In this way, methane may enter the at least one hollow member, and subsequently the methane oxidation device, without unwanted liquids from the rumen of the animal entering the at least one hollow member. Advantageously, efficiency of the methane oxidation unit is improved and the reduction in contaminants improves the lifespan of the methane oxidation device.

Preferably, the filter comprises ceramic or Polytetrafluoroethylene (PTFE).

Preferably, the retaining member is adjustable. In this way, the retaining member can be adjusted to fit the dimensions of the animal to which the methane oxidation device is to be fixed. Preferably, the retaining member comprises a resilient member configured to adjust at least one dimension of the retaining member. For example, when the retaining member comprises a contractible portion, preferably, the contractible portion is coupled to a resilient member such that the resilient member is configured to control the degree of contraction by abutting a portion of an animal. Preferably, the resilient member biases the retaining member to the minimum level of contraction. Namely, without the presence of an animal, the retaining member is biased to the minimum level of contraction. Therefore, when the methane oxidation device is attached to a large animal, the resilient member abuts a portion of the animal such that the degree of contraction of the contractible portion is greater to accommodate the animal. In some embodiments, the resilient member is a spring.

Preferably, the methane oxidation unit is removably retainable on at least one hollow member. In this way, the user may remove and replace the methane oxidation unit, such as for maintenance or replacement due to damage or fault.

Preferably, the methane oxidation device further comprises a methane measuring unit configured to measure at least one characteristic of the air inside or exiting at least one hollow member. For example, the at least one characteristic may be the concentration of methane in the air. Preferably, the methane measuring unit comprises at least one sensor. Preferably, the methane measuring unit is removably retainable on at least one hollow member. In this way, the user may remove and replace the methane measuring unit, such as for maintenance or replacement due to damage or fault. The user may therefore chose whether to attach the methane measuring unit or the methane oxidation unit to the at least one hollow member. The user may swap between each unit depending on the desired ‘mode’ of the methane oxidation device, namely the methane sensing mode and the methane oxidation mode. In select embodiments, the at least one hollow member is configured to house both a methane oxidation unit and a methane measuring unit.
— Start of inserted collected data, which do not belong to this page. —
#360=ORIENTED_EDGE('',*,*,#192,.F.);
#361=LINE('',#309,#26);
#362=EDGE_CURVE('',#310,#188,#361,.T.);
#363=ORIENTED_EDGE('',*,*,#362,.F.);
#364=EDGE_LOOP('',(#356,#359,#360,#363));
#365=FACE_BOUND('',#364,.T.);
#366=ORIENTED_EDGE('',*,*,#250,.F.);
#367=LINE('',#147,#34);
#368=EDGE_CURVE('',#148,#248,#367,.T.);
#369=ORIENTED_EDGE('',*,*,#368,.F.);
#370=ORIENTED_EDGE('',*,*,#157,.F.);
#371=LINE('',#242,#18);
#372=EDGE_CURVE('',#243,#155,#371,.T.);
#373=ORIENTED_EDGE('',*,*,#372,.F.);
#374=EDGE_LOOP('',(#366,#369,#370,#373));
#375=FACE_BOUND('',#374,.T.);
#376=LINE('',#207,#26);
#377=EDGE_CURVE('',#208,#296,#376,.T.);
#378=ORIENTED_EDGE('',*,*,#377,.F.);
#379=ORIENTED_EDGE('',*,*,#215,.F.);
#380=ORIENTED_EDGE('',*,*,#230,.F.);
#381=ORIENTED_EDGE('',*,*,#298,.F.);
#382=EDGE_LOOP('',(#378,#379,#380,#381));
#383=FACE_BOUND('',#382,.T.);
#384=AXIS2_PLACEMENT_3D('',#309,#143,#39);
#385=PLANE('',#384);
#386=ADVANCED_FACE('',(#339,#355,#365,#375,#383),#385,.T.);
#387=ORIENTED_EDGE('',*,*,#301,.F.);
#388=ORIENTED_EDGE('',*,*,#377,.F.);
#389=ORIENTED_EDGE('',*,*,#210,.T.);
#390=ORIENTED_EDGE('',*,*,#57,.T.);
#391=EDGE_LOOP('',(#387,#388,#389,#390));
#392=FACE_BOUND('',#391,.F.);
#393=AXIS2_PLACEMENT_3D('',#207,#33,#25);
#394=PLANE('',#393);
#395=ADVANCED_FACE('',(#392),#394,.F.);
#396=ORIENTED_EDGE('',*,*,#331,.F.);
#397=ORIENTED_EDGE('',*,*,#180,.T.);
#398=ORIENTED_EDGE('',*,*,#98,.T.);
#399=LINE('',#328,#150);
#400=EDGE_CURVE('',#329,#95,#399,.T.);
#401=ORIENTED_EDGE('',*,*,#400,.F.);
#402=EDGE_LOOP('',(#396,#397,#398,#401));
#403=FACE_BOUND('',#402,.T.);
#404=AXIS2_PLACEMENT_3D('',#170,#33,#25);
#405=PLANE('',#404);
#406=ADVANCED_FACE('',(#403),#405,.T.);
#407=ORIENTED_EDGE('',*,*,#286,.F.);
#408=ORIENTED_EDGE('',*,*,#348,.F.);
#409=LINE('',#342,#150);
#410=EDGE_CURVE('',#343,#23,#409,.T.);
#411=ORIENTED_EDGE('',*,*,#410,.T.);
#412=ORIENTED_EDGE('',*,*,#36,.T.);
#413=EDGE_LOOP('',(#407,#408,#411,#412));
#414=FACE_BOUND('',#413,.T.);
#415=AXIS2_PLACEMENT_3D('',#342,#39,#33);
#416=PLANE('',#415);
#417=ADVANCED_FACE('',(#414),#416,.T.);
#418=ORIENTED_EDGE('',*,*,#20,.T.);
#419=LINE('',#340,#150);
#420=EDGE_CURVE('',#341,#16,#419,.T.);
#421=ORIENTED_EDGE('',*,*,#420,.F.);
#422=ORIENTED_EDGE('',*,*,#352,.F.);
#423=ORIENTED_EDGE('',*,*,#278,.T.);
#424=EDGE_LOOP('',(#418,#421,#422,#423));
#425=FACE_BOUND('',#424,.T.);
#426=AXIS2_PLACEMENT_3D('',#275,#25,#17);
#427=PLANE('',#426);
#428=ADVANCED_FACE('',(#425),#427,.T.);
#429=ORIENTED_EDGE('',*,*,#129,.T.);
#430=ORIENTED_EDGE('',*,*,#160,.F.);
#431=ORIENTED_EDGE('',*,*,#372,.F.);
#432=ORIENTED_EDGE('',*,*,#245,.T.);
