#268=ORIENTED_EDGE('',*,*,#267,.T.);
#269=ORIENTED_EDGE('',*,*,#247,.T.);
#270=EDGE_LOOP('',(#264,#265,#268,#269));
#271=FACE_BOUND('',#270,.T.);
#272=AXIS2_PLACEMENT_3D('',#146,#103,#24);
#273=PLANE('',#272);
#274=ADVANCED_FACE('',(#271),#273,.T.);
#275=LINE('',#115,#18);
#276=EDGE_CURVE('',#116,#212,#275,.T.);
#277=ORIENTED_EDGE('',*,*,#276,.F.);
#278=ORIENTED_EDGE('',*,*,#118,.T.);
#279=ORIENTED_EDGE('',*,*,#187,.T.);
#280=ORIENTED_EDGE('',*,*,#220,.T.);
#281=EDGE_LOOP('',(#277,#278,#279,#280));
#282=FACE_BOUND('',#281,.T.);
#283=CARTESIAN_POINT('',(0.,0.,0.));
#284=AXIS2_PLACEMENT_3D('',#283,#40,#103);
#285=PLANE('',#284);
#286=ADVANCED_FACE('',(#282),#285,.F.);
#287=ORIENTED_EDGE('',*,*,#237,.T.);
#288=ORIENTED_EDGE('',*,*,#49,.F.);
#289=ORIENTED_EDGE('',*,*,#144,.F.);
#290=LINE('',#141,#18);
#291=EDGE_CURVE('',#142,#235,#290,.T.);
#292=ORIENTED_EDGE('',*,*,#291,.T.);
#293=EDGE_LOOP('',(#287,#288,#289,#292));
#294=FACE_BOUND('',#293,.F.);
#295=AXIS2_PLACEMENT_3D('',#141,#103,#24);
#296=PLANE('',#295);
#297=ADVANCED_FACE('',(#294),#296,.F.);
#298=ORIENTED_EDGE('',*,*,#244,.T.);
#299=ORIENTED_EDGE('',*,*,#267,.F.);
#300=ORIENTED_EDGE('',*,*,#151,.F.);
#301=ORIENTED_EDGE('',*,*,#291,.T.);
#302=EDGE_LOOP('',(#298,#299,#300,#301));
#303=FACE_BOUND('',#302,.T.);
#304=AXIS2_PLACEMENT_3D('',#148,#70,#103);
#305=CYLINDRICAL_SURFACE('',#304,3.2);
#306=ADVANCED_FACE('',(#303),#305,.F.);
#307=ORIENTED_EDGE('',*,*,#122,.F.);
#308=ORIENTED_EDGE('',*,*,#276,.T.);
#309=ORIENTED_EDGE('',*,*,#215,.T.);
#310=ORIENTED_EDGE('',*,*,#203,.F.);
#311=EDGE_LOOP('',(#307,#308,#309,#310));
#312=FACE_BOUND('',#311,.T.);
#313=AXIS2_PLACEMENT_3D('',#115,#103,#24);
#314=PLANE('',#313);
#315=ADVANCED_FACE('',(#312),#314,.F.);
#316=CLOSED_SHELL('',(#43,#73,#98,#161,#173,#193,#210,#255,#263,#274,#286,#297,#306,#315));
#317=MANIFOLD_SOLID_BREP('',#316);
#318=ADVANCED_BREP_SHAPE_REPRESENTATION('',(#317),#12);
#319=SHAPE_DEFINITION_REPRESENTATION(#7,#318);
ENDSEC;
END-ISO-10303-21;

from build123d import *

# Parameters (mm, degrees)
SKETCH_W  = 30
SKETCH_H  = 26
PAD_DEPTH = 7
Preferably, the methane oxidation unit comprises an air flow regulator configured to regulate the flow of air within the at least one hollow member. As the flow of air entering the at least one hollow member from the rumen of the animal will vary in both volume and flow-rate, a flow regulator improves regulation of the air flow. In this way, the methane oxidation unit efficiency is improved, as a regular flow of air enters the methane oxidation unit to be oxidised. Overloading of the methane oxidation unit is therefore reduced and the air kinetics are more predictable. Preferably, the air flow regulator is located within the at least one hollow member. In some embodiments, the air flow regulator is located in the first portion of the at least one hollow member. In this way, pressure within the at least one hollow member does not build up when a high volume of air attempts to pass the air flow regulator.

According to a second aspect of the present invention, there is provided an installation gun for installing a methane oxidation device according to the first aspect of the present invention; the installation gun comprising; a methane oxidation device holder configured to hold a methane oxidation device according to the first aspect of the present invention; an insertion unit configured to insert a portion of a methane oxidation unit held on the methane oxidation device holder into a digestive cavity associated with an animal; an actuation member configured for user actuation of the insertion unit; and an ignition member configured to produce a spark.